Une intéressante réflexion théologique
Le mariage pour tous pose une colle théologique lorsqu’on exclut le mariage des sacrements, ce que fait le protestantisme. En effet, on peut se «dé-marier», alors qu’on ne peut ni se «dé-baptiser», ni se «dé-communier».
Lors des Noces de Cana, le Christ ne s’est pas occupé des époux – peut-être savait-il déjà que l’un ou l’autre ne tiendrait pas parole et commettrait adultère ou simplement que le mariage se terminerait par un divorce. Toujours est-il que le Christ, à Cana, a seulement assuré le succès de la fête et évité le déshonneur des «invitants». Il n’est pas question du «mariage» de Cana (donc des mariés).
Est-ce donc pour ces raisons théologiques que le Conseil synodal de l’EERV propose et recommande au Synode de remplacer dans son règlement ecclésiastique la «bénédiction de mariage» par une «bénédiction nuptiale». On ne s’occupe plus vraiment du couple, mais de la fête en général. Évacuée la dispute sur la portée théologique du mariage en tant qu’union d’un homme et d’une femme, ce qui importe maintenant, c’est la fête, avec un petit passage par une bénédiction de toutes les personnes -y compris les époux- présentes à la fête que l’on souhaite réussie.

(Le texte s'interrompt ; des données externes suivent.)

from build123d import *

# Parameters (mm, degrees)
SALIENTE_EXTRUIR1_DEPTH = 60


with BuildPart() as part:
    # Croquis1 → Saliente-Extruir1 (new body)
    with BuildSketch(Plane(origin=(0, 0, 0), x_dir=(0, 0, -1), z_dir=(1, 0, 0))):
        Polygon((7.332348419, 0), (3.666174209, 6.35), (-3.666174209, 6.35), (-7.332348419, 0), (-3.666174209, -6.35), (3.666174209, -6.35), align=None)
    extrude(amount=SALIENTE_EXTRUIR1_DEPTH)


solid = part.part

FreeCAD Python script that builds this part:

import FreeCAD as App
import Part
import Sketcher
from FreeCAD import Vector
Q = App.Units.Quantity


def add_polygon(sketch, points):
    """Adds a closed chain of lines whose ends are joined by coincident constraints."""
    first, n = sketch.GeometryCount, len(points)
    for a, b in zip(points, points[1:] + points[:1]):
        sketch.addGeometry(Part.LineSegment(App.Vector(*a, 0), App.Vector(*b, 0)), False)
    for i in range(n):
        sketch.addConstraint(Sketcher.Constraint("Coincident", first + i, 2, first + (i + 1) % n, 1))

doc = App.newDocument("Part")
body = doc.addObject("PartDesign::Body", "Body")

# Sketch on YZ plane
sketch1 = doc.addObject("Sketcher::SketchObject", "Sketch")
body.addObject(sketch1)
sketch1.AttachmentSupport = (doc.YZ_Plane, [""])
sketch1.MapMode = "FlatFace"
add_polygon(sketch1, [(0, -7), (6, -4), (6, 4), (0, 7), (-6, 4), (-6, -4)])  # lines 0-5
sketch1.addConstraint(Sketcher.Constraint("Vertical", 1))
sketch1.addConstraint(Sketcher.Constraint("Vertical", 4))
sketch1.addConstraint(Sketcher.Constraint("Symmetric", 0, 2, 3, 2, -1, 1))
sketch1.addConstraint(Sketcher.Constraint("Symmetric", 2, 2, 5, 2, -1, 1))
sketch1.addConstraint(Sketcher.Constraint("PointOnObject", 2, 2, -2))
sketch1.addConstraint(Sketcher.Constraint("Parallel", 2, 5))
sketch1.addConstraint(Sketcher.Constraint("Horizontal", 1, 2, 3, 2))
sketch1.addConstraint(Sketcher.Constraint("Angle", 0, Q("30 deg")))
sketch1.addConstraint(Sketcher.Constraint("DistanceX", 3, 2, 1, 2, Q("12.7 mm")))
sketch1.addConstraint(Sketcher.Constraint("DistanceY", 1, 1, 1, 2, Q("7.332348 mm")))
pad1 = doc.addObject("PartDesign::Pad", "Pad")
body.addObject(pad1)
pad1.Profile = sketch1
pad1.Length = 60

doc.recompute()
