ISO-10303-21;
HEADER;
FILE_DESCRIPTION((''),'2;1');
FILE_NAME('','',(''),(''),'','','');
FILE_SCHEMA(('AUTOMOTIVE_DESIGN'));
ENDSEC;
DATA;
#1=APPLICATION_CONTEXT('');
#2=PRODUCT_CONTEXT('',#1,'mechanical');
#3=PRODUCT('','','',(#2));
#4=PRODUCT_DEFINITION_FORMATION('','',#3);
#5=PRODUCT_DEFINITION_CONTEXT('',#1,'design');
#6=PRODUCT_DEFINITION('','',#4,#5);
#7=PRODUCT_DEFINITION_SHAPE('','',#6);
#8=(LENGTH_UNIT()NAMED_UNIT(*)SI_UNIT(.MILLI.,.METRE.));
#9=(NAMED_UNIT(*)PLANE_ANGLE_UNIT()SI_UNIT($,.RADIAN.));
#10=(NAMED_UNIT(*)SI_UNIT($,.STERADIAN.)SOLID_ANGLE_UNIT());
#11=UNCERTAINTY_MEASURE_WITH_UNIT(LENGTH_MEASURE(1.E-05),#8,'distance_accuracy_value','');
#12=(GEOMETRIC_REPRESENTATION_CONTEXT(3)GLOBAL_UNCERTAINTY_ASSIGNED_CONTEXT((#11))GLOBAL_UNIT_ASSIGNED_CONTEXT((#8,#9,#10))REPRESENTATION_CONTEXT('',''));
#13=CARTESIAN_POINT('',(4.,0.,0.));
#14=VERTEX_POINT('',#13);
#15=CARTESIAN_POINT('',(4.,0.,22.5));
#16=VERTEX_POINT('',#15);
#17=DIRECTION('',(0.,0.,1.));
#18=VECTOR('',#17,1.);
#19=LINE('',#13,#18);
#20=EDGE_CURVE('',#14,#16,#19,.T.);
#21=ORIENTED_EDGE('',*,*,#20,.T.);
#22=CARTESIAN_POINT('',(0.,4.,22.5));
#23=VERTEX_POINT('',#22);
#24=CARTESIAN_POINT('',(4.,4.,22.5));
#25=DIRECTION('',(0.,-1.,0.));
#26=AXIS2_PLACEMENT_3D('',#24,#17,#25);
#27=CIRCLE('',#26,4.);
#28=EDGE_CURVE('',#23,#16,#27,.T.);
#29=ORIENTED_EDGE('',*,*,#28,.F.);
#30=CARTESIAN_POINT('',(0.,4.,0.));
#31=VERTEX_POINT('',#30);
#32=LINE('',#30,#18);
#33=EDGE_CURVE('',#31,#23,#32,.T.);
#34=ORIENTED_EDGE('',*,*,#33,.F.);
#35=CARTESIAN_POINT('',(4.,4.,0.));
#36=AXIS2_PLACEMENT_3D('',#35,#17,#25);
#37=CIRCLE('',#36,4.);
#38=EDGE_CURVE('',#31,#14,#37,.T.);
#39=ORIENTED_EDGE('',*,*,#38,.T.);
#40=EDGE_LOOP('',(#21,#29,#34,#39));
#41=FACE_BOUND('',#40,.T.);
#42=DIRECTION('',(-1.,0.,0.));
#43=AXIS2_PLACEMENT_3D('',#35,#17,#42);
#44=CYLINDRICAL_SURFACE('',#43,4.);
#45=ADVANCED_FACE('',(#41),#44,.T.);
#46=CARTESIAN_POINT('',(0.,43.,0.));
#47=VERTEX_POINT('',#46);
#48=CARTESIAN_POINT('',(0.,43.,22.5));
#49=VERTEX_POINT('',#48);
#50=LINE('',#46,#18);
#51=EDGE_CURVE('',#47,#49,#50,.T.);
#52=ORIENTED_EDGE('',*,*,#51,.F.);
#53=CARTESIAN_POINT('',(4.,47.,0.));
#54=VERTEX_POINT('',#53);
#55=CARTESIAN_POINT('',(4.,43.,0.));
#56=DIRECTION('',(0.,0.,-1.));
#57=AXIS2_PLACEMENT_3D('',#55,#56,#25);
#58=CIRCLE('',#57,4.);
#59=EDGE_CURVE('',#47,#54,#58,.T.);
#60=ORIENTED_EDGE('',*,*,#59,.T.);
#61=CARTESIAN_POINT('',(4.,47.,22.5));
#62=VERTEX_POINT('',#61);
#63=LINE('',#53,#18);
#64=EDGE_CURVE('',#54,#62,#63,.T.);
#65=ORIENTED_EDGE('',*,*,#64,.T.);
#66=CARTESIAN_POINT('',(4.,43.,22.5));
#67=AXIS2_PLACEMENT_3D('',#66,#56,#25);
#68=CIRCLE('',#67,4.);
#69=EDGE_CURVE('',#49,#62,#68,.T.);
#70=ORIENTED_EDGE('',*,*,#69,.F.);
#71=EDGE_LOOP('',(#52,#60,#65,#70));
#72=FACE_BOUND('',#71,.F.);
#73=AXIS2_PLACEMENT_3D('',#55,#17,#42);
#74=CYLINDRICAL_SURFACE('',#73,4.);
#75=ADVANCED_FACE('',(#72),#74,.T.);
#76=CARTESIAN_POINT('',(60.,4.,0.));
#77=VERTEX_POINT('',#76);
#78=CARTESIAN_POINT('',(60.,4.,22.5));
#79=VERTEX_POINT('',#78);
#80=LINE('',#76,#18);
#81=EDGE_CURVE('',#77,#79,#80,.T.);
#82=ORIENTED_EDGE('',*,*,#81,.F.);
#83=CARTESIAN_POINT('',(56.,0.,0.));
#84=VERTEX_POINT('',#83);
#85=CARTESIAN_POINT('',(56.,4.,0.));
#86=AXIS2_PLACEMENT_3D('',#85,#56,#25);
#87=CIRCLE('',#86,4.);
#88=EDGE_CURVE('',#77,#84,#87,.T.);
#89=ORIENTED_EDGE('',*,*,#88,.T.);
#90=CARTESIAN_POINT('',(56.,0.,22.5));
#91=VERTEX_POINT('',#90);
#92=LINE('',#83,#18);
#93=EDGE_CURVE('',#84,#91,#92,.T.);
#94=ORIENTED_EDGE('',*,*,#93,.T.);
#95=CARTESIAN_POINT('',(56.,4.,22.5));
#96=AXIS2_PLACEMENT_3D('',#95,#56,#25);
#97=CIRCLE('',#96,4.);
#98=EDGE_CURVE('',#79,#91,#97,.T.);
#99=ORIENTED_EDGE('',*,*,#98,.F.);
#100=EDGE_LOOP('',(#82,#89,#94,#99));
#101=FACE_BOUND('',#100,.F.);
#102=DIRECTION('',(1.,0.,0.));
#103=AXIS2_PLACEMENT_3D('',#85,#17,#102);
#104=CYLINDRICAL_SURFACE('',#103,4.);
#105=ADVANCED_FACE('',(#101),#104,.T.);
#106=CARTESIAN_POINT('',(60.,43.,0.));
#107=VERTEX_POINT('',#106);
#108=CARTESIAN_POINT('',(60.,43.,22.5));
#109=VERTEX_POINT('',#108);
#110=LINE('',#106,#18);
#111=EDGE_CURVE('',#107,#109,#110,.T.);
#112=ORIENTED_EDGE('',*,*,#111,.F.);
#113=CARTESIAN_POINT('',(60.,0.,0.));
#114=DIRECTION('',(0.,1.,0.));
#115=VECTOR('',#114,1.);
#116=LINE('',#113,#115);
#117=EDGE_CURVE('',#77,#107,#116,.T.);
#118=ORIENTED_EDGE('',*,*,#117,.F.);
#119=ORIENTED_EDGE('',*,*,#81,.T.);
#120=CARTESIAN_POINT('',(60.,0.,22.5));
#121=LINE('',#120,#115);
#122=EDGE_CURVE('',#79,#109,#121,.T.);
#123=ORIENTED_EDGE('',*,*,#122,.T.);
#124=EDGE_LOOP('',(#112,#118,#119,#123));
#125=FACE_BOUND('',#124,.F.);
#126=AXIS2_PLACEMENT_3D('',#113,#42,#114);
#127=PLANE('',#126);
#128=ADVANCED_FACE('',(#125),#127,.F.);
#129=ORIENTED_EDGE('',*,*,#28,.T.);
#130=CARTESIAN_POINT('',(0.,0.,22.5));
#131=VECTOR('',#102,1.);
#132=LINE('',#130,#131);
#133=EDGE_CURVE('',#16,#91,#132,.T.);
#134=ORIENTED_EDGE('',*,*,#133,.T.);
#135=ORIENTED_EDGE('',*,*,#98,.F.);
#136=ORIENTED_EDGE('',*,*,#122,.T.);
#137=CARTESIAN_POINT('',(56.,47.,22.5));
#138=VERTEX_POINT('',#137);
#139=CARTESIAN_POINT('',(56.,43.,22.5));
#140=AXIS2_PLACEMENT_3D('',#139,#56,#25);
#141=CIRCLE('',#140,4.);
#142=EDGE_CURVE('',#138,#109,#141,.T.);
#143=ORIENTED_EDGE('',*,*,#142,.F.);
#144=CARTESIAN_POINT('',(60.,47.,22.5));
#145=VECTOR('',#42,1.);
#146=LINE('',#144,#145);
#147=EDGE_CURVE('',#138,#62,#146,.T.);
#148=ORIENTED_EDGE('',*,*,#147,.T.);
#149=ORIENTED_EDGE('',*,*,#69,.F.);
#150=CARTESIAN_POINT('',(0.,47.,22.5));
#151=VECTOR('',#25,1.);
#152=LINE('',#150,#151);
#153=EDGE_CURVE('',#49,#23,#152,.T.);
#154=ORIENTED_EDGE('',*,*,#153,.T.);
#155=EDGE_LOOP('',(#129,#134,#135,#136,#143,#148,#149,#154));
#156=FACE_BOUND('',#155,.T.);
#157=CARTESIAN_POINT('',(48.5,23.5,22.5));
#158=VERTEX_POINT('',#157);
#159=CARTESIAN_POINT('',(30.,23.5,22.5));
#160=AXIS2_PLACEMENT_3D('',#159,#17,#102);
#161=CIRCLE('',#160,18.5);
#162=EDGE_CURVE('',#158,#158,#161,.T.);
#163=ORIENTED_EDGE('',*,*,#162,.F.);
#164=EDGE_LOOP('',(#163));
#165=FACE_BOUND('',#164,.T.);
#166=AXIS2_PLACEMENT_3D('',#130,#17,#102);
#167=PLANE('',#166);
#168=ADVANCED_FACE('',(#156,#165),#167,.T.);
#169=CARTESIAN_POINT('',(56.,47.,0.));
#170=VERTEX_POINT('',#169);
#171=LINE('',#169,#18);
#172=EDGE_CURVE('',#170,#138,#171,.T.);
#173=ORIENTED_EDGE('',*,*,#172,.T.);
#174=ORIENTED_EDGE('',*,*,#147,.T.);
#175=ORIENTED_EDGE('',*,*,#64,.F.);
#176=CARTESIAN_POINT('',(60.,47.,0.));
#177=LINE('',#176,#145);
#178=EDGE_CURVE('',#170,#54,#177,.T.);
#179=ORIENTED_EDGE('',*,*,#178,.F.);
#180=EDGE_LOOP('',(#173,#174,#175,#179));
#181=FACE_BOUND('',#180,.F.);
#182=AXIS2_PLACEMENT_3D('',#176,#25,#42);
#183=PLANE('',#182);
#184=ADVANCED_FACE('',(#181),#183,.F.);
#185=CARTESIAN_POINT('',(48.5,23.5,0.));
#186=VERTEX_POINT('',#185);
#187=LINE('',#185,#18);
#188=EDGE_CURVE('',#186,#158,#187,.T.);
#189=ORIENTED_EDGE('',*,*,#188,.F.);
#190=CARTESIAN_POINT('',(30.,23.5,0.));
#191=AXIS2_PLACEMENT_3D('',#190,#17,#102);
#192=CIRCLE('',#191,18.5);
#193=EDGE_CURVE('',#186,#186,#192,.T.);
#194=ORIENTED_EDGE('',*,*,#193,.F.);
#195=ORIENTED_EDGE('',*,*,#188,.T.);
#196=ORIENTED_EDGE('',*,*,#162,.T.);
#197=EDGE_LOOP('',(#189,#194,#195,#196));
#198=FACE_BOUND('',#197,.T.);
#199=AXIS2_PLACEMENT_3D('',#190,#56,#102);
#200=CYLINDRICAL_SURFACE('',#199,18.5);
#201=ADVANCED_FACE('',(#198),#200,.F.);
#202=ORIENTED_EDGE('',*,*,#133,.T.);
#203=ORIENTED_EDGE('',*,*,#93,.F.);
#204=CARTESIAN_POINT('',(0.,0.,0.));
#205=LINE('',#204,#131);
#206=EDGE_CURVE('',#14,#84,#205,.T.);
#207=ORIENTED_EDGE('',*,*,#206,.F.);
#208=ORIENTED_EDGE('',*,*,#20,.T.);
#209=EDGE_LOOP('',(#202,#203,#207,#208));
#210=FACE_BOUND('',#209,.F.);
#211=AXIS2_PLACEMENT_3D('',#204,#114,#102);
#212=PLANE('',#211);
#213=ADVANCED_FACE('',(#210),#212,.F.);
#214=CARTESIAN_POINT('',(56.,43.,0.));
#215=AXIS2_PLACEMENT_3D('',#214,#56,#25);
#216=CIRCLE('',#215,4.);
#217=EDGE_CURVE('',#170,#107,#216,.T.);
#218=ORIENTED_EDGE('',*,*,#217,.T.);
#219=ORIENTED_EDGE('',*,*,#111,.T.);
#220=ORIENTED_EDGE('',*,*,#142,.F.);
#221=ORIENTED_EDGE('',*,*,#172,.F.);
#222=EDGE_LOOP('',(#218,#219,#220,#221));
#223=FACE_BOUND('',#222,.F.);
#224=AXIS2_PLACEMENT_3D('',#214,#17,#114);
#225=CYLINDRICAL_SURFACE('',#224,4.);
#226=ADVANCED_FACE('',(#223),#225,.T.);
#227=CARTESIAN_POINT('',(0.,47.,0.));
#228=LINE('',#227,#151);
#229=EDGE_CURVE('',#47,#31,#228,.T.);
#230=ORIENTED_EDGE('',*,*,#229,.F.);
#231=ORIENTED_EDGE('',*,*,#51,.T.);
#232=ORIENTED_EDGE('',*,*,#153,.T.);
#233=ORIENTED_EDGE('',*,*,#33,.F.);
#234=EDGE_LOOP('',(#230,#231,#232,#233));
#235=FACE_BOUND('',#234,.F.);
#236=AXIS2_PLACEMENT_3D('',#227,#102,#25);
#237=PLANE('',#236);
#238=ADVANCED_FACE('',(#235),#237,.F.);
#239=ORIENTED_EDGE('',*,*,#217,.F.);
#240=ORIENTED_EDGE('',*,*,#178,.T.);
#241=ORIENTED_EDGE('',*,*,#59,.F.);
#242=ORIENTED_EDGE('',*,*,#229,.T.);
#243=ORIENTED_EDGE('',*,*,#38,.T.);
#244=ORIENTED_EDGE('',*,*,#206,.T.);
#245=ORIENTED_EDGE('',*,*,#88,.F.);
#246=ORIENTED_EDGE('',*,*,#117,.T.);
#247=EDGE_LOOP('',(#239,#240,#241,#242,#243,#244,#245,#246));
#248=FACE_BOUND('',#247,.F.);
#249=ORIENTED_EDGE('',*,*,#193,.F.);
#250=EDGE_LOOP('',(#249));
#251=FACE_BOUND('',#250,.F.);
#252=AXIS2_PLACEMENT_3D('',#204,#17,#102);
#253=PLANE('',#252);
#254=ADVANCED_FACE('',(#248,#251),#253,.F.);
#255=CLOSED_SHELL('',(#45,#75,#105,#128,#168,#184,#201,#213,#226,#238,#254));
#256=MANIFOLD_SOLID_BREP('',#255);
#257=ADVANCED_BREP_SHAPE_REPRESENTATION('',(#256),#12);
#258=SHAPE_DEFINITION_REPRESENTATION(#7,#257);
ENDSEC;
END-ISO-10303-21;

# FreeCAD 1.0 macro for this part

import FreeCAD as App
import Part
import Sketcher

V = App.Vector
Q = App.Units.Quantity


def edges_at(feature, points):
    """Names of the edges that pass closest to the given points."""
    edges = feature.Shape.Edges
    near = lambda p: min(range(len(edges)), key=lambda i: edges[i].distToShape(Part.Vertex(*p))[0])
    return sorted({f"Edge{near(p) + 1}" for p in points})

doc = App.newDocument("Part")
body = doc.addObject("PartDesign::Body", "Body")

sketch1 = body.newObject("Sketcher::SketchObject", "Sketch")
sketch1.AttachmentSupport = (doc.getObject("XY_Plane"), [""])
sketch1.MapMode = "FlatFace"
sketch1.addGeometry(Part.LineSegment(V(0, 47, 0), V(0, 0, 0)), False)
sketch1.addGeometry(Part.LineSegment(V(0, 0, 0), V(60, 0, 0)), False)
sketch1.addGeometry(Part.LineSegment(V(60, 0, 0), V(60, 47, 0)), False)
sketch1.addGeometry(Part.LineSegment(V(60, 47, 0), V(0, 47, 0)), False)
sketch1.addGeometry(Part.Circle(V(30, 24, 0), V(0, 0, 1), 18), False)
sketch1.addConstraint(Sketcher.Constraint("Coincident", 0, 2, 1, 1))
sketch1.addConstraint(Sketcher.Constraint("Coincident", 1, 2, 2, 1))
sketch1.addConstraint(Sketcher.Constraint("Coincident", 2, 2, 3, 1))
sketch1.addConstraint(Sketcher.Constraint("Coincident", 3, 2, 0, 1))
sketch1.addConstraint(Sketcher.Constraint("Vertical", 0))
sketch1.addConstraint(Sketcher.Constraint("Horizontal", 1))
sketch1.addConstraint(Sketcher.Constraint("Vertical", 2))
sketch1.addConstraint(Sketcher.Constraint("Horizontal", 3))
sketch1.addConstraint(Sketcher.Constraint("Coincident", 0, 2, -1, 1))
sketch1.addConstraint(Sketcher.Constraint("Diameter", 4, Q("37 mm")))
sketch1.addConstraint(Sketcher.Constraint("DistanceX", 1, 1, 1, 2, Q("60 mm")))
sketch1.addConstraint(Sketcher.Constraint("DistanceY", 0, 2, 0, 1, Q("47 mm")))
sketch1.addConstraint(Sketcher.Constraint("DistanceX", -1, 1, 4, 3, Q("30 mm")))
sketch1.addConstraint(Sketcher.Constraint("DistanceY", -1, 1, 4, 3, Q("23.5 mm")))
pad1 = body.newObject("PartDesign::Pad", "Pad")
pad1.Profile = sketch1
pad1.Length = 22.5
doc.recompute()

J’ai l’air de plaisanter mais en fait, la modification verbale proposée par le Conseil synodal de l’EERV est très intéressante et mérite une réflexion. C’est la théologie qui a donné à l’union d’un homme et d’une femme une portée symbolique forte et élevé le mariage, selon les confessions, au rang de sacrement. Quel est le lien historique entre la portée du mariage religieux et le rôle sociologique du mariage civil? Le mariage comme tel n’a-t-il qu’une fonction reproductive –continuation de l’espèce– mais cette fonction n’est pas strictement matrimoniale, sociologique, –c’est-à-dire sécuritaire et économique– on sait qui est qui et qui hérite de qui; on sait aussi qui doit assurer l’éducation et l’entretien de quels enfants, qui doit contribuer en premier chef à l’entretien de qui. Quand la société se délite et ne sait plus très bien à quoi lui sert l’institution du mariage, cela ne change rien aux «Noces de Cana». Le tort de l’Église, c’était peut-être, pendant des siècles, de bénir le «mariage» comme si c’était une institution spécifiquement religieuse et non pas simplement de procéder à une «bénédiction nuptiale», pour que la fête soit réussie sans que les époux risquent d’être «maudits» par elle au cas où ils violeraient leur engagement devant Dieu.
Il est clair qu’une telle lecture théologique représente un virage à 180 degrés pour certaines personnes, et qu’il est hors de question, en protestantisme, de les forcer à le faire. Dès lors l’EERV doit réserver la liberté «théologique» de refuser cette lecture théologique et donc, de refuser de célébrer autre chose qu’un «mariage» entre un homme et une femme. Cette liberté théologique relève de la conscience comme le propose très justement le Conseil synodal et non pas de «convictions personnelles», car les convictions théologiques sont d’un autre niveau que le strict «empêchement personnel».
Puisse le débat du Synode de l’EERV être serein!